Nur – was ist schon normal in einer Revolution? Und erst recht danach?

Die Deutschen haben Erfahrungen mit großen Kriegen und schweren Niederlagen, aber sie haben keine Erfahrung mit Revolutionen. So glauben wir, im Osten wie im Westen, nach dem Knall kommt die neue Zeit, einfach so, vielleicht ein wenig holprig, aber sie kommt. Doch eine Revolution ist keine Bundesliga-Saison, in der nach zehn Monaten der Meister seinen Triumph feiert und der Absteiger seinen Trainer feuert. Revolutionen brauchen Zeit, viel Zeit, und ihr wahrer Erfolg kommt erst spät, für viele zu spät. Deshalb ist der Osten immer noch anders: Die Menschen in Erfurt und Neubrandenburg, in Görlitz und Magdeburg denken, handeln und träumen nicht wie die Menschen in Essen und Braunschweig, in Konstanz und Flensburg.

In diesem Buch „Die unvollendete Revolution“ werde ich die Geschichte der Revolution als eine lange deutsch-deutsche Geschichte erzählen, als meine Geschichte, als mein Erleben – angefangen von den Kerzen in den Fenstern, die ich als Kind für die Brüder und Schwestern in der Zone angezündet hatte.
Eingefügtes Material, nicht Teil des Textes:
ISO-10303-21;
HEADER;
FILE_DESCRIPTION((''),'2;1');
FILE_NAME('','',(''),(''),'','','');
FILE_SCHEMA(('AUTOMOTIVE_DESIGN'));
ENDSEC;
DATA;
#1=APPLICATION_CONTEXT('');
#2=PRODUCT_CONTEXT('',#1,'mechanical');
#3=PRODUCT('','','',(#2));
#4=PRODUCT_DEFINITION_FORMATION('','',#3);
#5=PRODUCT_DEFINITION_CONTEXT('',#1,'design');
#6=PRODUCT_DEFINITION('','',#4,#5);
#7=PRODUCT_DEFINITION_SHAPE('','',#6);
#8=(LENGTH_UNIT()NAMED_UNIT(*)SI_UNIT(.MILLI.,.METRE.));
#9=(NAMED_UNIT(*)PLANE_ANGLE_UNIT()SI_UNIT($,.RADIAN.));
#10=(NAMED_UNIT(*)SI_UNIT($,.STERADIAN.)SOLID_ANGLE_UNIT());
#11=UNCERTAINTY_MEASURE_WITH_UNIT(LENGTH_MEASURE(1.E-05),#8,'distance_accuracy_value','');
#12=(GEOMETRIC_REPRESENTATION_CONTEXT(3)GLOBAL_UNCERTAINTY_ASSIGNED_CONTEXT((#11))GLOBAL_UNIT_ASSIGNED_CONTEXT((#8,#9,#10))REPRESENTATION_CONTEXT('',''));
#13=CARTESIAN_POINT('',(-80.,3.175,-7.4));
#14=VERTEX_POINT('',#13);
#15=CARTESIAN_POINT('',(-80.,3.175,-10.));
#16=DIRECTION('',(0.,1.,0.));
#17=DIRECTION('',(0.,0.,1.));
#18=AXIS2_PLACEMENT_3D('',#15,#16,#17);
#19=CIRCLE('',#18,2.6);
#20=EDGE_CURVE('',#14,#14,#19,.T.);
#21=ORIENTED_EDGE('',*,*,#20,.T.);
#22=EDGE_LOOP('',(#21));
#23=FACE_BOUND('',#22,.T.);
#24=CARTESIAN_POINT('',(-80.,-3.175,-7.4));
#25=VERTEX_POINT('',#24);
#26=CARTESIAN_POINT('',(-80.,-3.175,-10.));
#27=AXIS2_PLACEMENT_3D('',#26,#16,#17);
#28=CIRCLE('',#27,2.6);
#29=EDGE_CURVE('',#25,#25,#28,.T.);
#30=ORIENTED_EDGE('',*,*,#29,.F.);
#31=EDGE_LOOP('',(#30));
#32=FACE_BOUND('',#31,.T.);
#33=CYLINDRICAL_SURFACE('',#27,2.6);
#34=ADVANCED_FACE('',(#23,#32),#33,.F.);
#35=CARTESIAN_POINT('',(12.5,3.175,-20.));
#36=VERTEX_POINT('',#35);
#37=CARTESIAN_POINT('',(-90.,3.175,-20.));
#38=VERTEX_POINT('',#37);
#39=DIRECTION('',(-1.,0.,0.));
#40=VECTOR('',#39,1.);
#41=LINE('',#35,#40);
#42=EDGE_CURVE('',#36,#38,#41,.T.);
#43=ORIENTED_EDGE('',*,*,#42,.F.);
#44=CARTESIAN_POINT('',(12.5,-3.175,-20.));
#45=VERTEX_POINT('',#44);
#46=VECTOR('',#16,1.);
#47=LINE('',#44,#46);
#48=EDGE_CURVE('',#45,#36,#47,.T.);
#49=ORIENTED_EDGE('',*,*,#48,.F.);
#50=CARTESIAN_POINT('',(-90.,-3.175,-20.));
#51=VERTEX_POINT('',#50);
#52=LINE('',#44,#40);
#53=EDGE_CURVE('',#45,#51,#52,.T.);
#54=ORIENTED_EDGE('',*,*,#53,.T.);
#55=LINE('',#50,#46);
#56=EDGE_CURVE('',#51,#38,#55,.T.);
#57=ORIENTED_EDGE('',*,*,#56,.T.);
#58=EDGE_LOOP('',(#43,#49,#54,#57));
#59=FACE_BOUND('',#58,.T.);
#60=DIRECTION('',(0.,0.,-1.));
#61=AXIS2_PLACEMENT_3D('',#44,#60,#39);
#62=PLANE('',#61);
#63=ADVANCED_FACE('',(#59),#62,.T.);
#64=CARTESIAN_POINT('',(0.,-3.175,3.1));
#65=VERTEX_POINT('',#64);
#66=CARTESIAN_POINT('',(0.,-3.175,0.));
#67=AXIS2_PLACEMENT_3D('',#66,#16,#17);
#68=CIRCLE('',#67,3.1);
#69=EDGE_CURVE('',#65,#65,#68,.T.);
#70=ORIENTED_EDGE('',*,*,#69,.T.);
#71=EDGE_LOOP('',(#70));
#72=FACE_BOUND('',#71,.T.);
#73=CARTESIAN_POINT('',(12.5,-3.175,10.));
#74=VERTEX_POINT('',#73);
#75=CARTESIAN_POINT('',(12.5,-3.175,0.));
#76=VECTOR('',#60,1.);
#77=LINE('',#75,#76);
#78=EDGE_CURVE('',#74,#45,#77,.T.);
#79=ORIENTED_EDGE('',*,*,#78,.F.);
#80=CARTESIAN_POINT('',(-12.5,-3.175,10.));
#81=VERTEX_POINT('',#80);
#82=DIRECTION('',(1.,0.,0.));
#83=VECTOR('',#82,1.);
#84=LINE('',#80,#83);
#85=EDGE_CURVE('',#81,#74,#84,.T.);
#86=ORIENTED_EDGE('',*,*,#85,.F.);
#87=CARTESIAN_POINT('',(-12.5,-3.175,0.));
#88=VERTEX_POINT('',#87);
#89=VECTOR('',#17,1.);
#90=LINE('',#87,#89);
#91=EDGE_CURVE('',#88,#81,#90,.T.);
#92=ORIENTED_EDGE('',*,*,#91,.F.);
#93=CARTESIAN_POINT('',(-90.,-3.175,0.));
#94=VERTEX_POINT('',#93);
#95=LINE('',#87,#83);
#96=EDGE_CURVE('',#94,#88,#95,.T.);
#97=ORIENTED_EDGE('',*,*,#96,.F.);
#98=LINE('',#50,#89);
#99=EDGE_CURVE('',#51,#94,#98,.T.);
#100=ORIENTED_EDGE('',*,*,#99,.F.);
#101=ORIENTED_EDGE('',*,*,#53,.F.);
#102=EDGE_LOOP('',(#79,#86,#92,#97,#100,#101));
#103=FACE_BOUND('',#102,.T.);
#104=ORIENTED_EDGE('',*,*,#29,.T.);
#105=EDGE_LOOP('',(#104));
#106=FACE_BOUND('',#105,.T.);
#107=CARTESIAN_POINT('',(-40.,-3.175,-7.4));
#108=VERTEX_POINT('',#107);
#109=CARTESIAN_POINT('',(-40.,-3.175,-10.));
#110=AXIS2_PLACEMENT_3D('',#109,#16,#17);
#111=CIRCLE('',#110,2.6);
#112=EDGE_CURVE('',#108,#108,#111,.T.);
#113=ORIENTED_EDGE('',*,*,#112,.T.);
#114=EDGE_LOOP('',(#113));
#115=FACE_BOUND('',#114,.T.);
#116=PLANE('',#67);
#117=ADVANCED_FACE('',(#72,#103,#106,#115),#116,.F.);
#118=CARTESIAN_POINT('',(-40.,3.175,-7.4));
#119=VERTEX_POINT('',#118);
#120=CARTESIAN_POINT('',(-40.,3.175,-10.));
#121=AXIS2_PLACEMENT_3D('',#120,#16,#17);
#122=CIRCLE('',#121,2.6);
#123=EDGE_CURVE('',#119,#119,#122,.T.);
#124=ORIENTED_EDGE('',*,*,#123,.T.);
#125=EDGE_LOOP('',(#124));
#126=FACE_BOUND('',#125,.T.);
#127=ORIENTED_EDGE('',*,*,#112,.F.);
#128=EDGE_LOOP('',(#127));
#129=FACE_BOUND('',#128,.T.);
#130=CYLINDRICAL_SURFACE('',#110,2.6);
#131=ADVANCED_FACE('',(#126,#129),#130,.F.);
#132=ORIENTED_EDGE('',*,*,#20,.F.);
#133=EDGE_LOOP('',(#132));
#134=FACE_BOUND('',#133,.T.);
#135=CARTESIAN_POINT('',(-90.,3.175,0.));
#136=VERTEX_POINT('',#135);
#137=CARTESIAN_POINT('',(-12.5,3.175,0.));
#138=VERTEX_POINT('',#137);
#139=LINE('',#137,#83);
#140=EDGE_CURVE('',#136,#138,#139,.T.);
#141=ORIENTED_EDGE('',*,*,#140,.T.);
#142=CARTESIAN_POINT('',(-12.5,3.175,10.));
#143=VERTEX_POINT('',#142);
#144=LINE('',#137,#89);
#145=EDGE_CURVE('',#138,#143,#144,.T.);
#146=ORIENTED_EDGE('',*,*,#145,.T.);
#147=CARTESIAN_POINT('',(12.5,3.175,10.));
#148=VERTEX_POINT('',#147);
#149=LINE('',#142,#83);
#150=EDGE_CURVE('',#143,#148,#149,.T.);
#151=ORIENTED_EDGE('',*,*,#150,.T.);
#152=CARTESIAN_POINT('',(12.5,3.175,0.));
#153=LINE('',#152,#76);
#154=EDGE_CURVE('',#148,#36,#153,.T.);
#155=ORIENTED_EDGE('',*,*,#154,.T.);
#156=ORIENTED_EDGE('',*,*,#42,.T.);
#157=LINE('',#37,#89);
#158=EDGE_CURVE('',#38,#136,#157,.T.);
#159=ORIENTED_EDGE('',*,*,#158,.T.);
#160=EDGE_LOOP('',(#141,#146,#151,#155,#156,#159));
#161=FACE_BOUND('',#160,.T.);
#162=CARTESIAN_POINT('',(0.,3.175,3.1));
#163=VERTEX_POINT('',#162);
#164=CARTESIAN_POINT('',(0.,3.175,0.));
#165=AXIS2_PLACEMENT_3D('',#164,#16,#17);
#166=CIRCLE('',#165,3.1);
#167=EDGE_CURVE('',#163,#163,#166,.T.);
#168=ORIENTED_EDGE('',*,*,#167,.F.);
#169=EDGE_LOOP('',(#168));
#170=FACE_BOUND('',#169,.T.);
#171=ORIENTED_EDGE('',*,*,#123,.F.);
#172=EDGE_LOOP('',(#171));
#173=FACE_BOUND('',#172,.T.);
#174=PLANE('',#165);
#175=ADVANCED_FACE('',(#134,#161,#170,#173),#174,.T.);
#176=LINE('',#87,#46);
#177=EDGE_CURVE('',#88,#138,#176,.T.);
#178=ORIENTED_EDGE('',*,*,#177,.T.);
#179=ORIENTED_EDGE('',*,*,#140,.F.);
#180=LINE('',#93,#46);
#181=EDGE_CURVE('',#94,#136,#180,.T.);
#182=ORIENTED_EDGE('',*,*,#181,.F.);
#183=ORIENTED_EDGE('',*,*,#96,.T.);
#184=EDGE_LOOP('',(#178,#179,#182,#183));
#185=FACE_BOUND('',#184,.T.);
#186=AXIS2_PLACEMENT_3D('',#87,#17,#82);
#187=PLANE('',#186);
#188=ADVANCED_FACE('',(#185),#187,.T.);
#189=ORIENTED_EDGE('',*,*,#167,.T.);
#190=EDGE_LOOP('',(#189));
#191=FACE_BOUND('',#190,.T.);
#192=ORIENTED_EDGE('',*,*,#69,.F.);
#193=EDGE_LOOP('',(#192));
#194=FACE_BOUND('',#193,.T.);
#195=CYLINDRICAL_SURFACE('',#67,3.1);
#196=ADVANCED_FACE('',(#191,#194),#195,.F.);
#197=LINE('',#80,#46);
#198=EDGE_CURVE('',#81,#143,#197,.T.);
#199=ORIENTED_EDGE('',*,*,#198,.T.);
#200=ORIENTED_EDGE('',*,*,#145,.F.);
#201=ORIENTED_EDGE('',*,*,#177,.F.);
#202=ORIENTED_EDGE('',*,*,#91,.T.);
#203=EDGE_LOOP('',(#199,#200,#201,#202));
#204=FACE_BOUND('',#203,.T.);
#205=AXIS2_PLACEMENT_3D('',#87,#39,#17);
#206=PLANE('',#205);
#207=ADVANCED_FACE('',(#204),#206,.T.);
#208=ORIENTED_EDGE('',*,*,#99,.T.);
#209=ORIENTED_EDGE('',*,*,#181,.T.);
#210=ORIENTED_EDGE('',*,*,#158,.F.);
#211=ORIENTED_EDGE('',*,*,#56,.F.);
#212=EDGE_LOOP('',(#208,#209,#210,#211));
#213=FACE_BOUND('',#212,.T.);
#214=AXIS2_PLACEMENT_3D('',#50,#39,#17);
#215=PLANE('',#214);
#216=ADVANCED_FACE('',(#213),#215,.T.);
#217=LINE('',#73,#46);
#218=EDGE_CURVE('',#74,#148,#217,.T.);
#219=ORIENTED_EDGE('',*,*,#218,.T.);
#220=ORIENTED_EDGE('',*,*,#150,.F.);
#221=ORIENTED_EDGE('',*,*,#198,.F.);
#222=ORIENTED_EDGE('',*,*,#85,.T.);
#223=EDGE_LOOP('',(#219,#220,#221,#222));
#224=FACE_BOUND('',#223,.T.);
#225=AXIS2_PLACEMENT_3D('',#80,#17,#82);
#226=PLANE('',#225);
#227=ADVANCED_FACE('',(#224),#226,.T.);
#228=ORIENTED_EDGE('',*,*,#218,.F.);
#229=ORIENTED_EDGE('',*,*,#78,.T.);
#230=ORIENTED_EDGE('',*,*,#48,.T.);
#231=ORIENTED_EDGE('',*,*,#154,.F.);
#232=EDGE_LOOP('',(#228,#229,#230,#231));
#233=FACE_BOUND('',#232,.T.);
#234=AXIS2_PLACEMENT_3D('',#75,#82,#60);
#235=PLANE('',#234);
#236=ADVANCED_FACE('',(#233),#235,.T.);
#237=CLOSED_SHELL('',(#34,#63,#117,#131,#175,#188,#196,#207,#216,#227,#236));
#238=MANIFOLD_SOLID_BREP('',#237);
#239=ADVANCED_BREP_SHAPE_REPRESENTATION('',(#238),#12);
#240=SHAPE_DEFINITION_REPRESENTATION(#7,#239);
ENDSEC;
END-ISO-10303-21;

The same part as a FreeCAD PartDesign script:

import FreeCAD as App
import Part
import Sketcher
from FreeCAD import Vector
Q = App.Units.Quantity


def add_polygon(sketch, points):
    """Adds a closed chain of lines whose ends are joined by coincident constraints."""
    first, n = sketch.GeometryCount, len(points)
    for a, b in zip(points, points[1:] + points[:1]):
        sketch.addGeometry(Part.LineSegment(App.Vector(*a, 0), App.Vector(*b, 0)), False)
    for i in range(n):
        sketch.addConstraint(Sketcher.Constraint("Coincident", first + i, 2, first + (i + 1) % n, 1))

doc = App.newDocument("Part")
body = doc.addObject("PartDesign::Body", "Body")

sketch1 = doc.addObject("Sketcher::SketchObject", "Sketch")
body.addObject(sketch1)
sketch1.AttachmentSupport = (doc.XZ_Plane, [""])
sketch1.MapMode = "FlatFace"
add_polygon(sketch1, [(-12.5, 0), (-12.5, 10), (12.5, 10), (12.5, -20), (-90, -20), (-90, 0)])
sketch1.addGeometry(Part.Circle(Vector(0, 0, 0), Vector(0, 0, 1), 3.1), False)
sketch1.addGeometry(Part.Circle(Vector(-80, -10, 0), Vector(0, 0, 1), 2.6), False)
sketch1.addGeometry(Part.Circle(Vector(-40, -10, 0), Vector(0, 0, 1), 2.6), False)
sketch1.addConstraint(Sketcher.Constraint("Vertical", 0))
sketch1.addConstraint(Sketcher.Constraint("Horizontal", 1))
sketch1.addConstraint(Sketcher.Constraint("Vertical", 2))
sketch1.addConstraint(Sketcher.Constraint("Horizontal", 3))
sketch1.addConstraint(Sketcher.Constraint("Vertical", 4))
sketch1.addConstraint(Sketcher.Constraint("Horizontal", 5))
sketch1.addConstraint(Sketcher.Constraint("Coincident", 6, 3, -1, 1))
sketch1.addConstraint(Sketcher.Constraint("Equal", 7, 8))
sketch1.addConstraint(Sketcher.Constraint("PointOnObject", 4, 2, -1))
sketch1.addConstraint(Sketcher.Constraint("Horizontal", 7, 3, 8, 3))
sketch1.addConstraint(Sketcher.Constraint("Diameter", 6, Q("6.2 mm")))
sketch1.addConstraint(Sketcher.Constraint("Diameter", 7, Q("5.2 mm")))
sketch1.addConstraint(Sketcher.Constraint("DistanceX", 1, 1, 1, 2, Q("25 mm")))
sketch1.addConstraint(Sketcher.Constraint("DistanceY", 0, 1, 0, 2, Q("10 mm")))
sketch1.addConstraint(Sketcher.Constraint("DistanceY", 2, 2, 2, 1, Q("30 mm")))
sketch1.addConstraint(Sketcher.Constraint("DistanceX", 3, 2, 3, 1, Q("102.5 mm")))
sketch1.addConstraint(Sketcher.Constraint("DistanceX", 7, 3, -1, 1, Q("80 mm")))
sketch1.addConstraint(Sketcher.Constraint("DistanceY", 7, 3, -1, 1, Q("10 mm")))
sketch1.addConstraint(Sketcher.Constraint("DistanceX", 8, 3, -1, 1, Q("40 mm")))
sketch1.addConstraint(Sketcher.Constraint("DistanceX", 3, 2, -1, 1, Q("90 mm")))
pad1 = doc.addObject("PartDesign::Pad", "Pad")
body.addObject(pad1)
pad1.Profile = sketch1
pad1.Type = "TwoLengths"
pad1.Length = 3.175
pad1.Length2 = 3.175
pad1.Reversed = True

doc.recompute()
Es sind die Geschichten eines Westdeutschen, den die Zone, die DDR, die Revolution und die nachrevolutionären Wirren in den Bann geschlagen hatte.

Wann hatte ein Deutscher schon mal die Gelegenheit, all dies unmittelbar zu erleben? Die Tyrannei der Unfreiheit und den Rausch der Freiheit und den Kater danach und die Knospen in den blühenden Landschaften? Und dies alles in einem Leben.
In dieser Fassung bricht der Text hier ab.